É necessário diferenciar entre tato passivo e tato ativo ou sistema háptico (Gibson, 1966). Enquanto
no primeiro a informação tátil é recebida de forma não intencional ou passiva (como a sensação
que a roupa ou o calor produz em nossa pele), no tato ativo, a informação é buscada de forma
intencional pelo indivíduo que toca. Assim, pois, no tato ativo encontram-se envolvidos não
somente os receptores da pele e os tecidos subjacentes (como ocorre no tato passivo), mas
também a excitação correspondente aos receptores dos músculos e dos tendões, de maneira que o
sistema perceptivo háptico capta a informação articulatória motora e de equilíbrio. Assim, Gibson
destaca a importância da atividade no conhecimento do mundo mediante o tato, da mesma
maneira que o movimento ou atividade perceptiva é necessária na percepção visual. Quando um
cego está explorando com as mãos um objeto estranho, para reconhecê-lo, ocorre algo parecido a
quando um vidente olha uma forma complexa e desconhecida para posteriormente desenhá-la. As
mãos, como os olhos, embora de forma mais lenta e sucessiva, movem-se de forma intencional
para buscar as peculiaridades da forma e poder, assim, obter uma imagem dela.
Não obstante, existem importantes diferenças entre a percepção e o processamento da informação
mediante o tato e a visão. Sem dúvida, a captação da informação mediante o tato é muito mais
lenta que a proporcionada pelo sistema visual, o que traz consigo uma explicação de caráter
seqüencial. Isto dá lugar a uma maior carga na memória de trabalho, quando os objetos a serem
explorados são grandes ou numerosos. Imaginemos, por exemplo, o tempo que um cego leva para
explorar um objeto grande, como uma mesa, e a quantidade de pequenas percepções que deverá
integrar até obter sua imagem, se compararmos com a rapidez da exploração visual desta mesma
mesa. Além disso, enquanto o tato somente pode explorar as superfícies situadas no ambiente que
os braços alcançam, não servindo para conhecer espaços distantes, a visão é o sentido útil por
excelência para perceber objetos e sua posição espacial a grandes distâncias.
Portanto, o tato constitui um sistema sensorial que tem determinadas características e que permite
captar diferentes propriedades dos objetos, tais como temperatura, textura, forma e relações
espaciais. Passemos, agora, à revisão, de forma resumida, das capacidades perceptivas do sistema
háptico, a partir de uma perspectiva genética.

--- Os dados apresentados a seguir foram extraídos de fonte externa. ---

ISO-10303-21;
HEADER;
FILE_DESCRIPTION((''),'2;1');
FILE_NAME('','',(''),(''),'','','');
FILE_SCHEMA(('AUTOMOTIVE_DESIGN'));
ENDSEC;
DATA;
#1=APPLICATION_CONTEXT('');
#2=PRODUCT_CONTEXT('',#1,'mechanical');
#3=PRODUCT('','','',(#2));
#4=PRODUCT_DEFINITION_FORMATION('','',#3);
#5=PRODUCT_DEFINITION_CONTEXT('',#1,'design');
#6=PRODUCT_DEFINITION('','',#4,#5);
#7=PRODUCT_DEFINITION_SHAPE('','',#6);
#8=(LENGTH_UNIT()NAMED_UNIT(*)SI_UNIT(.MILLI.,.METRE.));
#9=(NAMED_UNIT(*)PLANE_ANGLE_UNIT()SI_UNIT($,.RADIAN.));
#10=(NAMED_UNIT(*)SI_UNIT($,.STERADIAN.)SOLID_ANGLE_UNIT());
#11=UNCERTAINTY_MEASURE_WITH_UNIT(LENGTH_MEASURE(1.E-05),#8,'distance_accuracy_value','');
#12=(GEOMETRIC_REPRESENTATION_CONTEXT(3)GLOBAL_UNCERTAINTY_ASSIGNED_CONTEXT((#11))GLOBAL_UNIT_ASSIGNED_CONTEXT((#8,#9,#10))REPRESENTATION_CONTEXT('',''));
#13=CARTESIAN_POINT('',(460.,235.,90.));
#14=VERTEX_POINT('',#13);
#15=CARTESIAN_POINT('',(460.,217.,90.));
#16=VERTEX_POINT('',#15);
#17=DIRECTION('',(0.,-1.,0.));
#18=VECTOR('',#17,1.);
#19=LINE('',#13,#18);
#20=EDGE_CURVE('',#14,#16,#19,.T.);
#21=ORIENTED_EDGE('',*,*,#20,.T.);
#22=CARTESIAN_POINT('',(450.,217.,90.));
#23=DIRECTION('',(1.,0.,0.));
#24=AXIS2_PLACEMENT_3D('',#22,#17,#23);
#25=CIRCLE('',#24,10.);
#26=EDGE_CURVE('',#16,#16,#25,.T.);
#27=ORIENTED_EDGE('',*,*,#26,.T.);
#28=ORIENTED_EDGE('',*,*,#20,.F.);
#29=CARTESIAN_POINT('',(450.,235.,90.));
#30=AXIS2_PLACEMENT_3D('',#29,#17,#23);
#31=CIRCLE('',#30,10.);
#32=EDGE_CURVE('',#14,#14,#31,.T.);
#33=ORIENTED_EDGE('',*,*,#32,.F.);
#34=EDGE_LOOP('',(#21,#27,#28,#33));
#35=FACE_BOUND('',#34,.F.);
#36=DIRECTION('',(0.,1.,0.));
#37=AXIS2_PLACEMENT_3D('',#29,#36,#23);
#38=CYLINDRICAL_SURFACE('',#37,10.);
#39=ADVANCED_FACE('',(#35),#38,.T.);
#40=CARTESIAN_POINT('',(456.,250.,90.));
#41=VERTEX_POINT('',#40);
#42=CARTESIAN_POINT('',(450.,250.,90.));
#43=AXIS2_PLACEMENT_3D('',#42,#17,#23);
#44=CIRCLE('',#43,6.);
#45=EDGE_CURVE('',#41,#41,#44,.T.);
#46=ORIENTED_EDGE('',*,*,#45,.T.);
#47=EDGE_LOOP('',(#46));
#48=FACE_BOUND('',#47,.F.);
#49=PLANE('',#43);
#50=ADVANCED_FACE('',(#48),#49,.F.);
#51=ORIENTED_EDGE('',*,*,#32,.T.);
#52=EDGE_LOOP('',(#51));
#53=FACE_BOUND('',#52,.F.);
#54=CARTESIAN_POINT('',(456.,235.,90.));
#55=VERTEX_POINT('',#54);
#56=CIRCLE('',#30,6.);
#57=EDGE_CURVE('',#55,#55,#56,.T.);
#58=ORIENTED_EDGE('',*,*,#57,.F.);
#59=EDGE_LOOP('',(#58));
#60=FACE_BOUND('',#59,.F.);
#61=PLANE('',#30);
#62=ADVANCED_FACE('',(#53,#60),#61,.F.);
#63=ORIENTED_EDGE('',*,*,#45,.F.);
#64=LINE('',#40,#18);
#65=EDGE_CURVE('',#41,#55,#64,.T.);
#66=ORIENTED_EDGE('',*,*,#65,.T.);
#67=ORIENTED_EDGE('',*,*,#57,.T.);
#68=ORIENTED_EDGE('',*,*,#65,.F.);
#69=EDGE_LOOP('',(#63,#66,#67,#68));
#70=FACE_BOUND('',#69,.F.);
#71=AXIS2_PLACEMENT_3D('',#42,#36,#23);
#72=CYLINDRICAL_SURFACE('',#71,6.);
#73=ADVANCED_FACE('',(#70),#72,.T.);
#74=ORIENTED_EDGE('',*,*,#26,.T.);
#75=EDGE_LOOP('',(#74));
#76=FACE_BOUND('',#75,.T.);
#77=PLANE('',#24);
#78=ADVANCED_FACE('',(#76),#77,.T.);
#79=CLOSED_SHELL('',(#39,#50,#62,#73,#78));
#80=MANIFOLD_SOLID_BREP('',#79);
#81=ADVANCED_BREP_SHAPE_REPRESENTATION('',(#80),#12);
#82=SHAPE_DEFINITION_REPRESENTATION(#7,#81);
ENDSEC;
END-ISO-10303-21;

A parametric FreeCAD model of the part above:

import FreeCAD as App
import Part
import Sketcher

V = App.Vector
Q = App.Units.Quantity

doc = App.newDocument("Part")
body = doc.addObject("PartDesign::Body", "Body")

# Sketch on XY plane
sketch1 = body.newObject("Sketcher::SketchObject", "Sketch")
sketch1.AttachmentSupport = (doc.getObject("XY_Plane"), [""])
sketch1.MapMode = "FlatFace"
sketch1.addGeometry(Part.Circle(V(0, 0, 0), V(0, 0, 1), 6), False)
sketch1.addConstraint([
    Sketcher.Constraint("Coincident", 0, 3, -1, 1),
    Sketcher.Constraint("Diameter", 0, Q("12 mm")),
])
pad1 = body.newObject("PartDesign::Pad", "Pad")
pad1.Profile = sketch1
pad1.Length = 15
body2 = doc.addObject("PartDesign::Body", "Body001")
doc.recompute()

body.Placement = App.Placement(V(0, 0, 0), App.Rotation(V(1, 0, 0), 90))
boolean = body2.newObject("PartDesign::Boolean", "Boolean")
boolean.Type = "Fuse"
boolean.addObjects([body])
body3 = doc.addObject("PartDesign::Body", "Body002")
doc.recompute()

body2.Placement = App.Placement(V(450, 250, 50), App.Rotation(V(0, 0, 1), 0))
boolean2 = body3.newObject("PartDesign::Boolean", "Boolean001")
boolean2.Type = "Fuse"
boolean2.addObjects([body2])
body4 = doc.addObject("PartDesign::Body", "Body003")

# Sketch on XY plane
sketch2 = body4.newObject("Sketcher::SketchObject", "Sketch001")
sketch2.AttachmentSupport = (doc.getObject("XY_Plane003"), [""])
sketch2.MapMode = "FlatFace"
sketch2.addGeometry(Part.Circle(V(0, 0, 0), V(0, 0, 1), 10), False)
sketch2.addConstraint([
    Sketcher.Constraint("Coincident", 0, 3, -1, 1),
    Sketcher.Constraint("Diameter", 0, Q("20 mm")),
])
pad2 = body4.newObject("PartDesign::Pad", "Pad001")
pad2.Profile = sketch2
pad2.Length = 18
body5 = doc.addObject("PartDesign::Body", "Body004")
doc.recompute()

body4.Placement = App.Placement(V(0, 0, 0), App.Rotation(V(1, 0, 0), 90))
boolean3 = body5.newObject("PartDesign::Boolean", "Boolean002")
boolean3.Type = "Fuse"
boolean3.addObjects([body4])
body6 = doc.addObject("PartDesign::Body", "Body005")
doc.recompute()

body5.Placement = App.Placement(V(450, 235, 50), App.Rotation(V(0, 0, 1), 0))
boolean4 = body6.newObject("PartDesign::Boolean", "Boolean003")
boolean4.Type = "Fuse"
boolean4.addObjects([body5])
doc.recompute()

boolean5 = body6.newObject("PartDesign::Boolean", "Boolean004")
boolean5.Type = "Fuse"
boolean5.addObjects([body3])
body7 = doc.addObject("PartDesign::Body", "Body006")
doc.recompute()

body6.Placement = App.Placement(V(0, 0, 40), App.Rotation(V(0, 0, 1), 0))
boolean6 = body7.newObject("PartDesign::Boolean", "Boolean005")
boolean6.Type = "Fuse"
boolean6.addObjects([body6])

doc.recompute()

A textura parece ter, para o tato, uma saliência perceptiva semelhante à da cor, para a visão. Assim,
as diferenças de textura são captadas pelo tato muito precocemente, a partir dos três ou quatro
anos. Mais tarde, as crianças são capazes de discriminar tatilmente a forma dos objetos, ainda que
com um significativo atraso, quando esta tarefa é realizada visualmente (Warren, 1984.
Com respeito ao desenvolvimento da percepção da forma dos objetos por meio do tato, os
diferentes autores coincidem ao apontar que o movimento ou a atividade perceptiva autodirigida
aumenta com a idade, o que torna possível um melhor reconhecimento dessas formas. Como já foi
dito, é exatamente essa necessidade da atividade exploratória que torna o sistema perceptivo
háptico semelhante ao visual, ainda que o primeiro tenha um desenvolvimento muito mais lento.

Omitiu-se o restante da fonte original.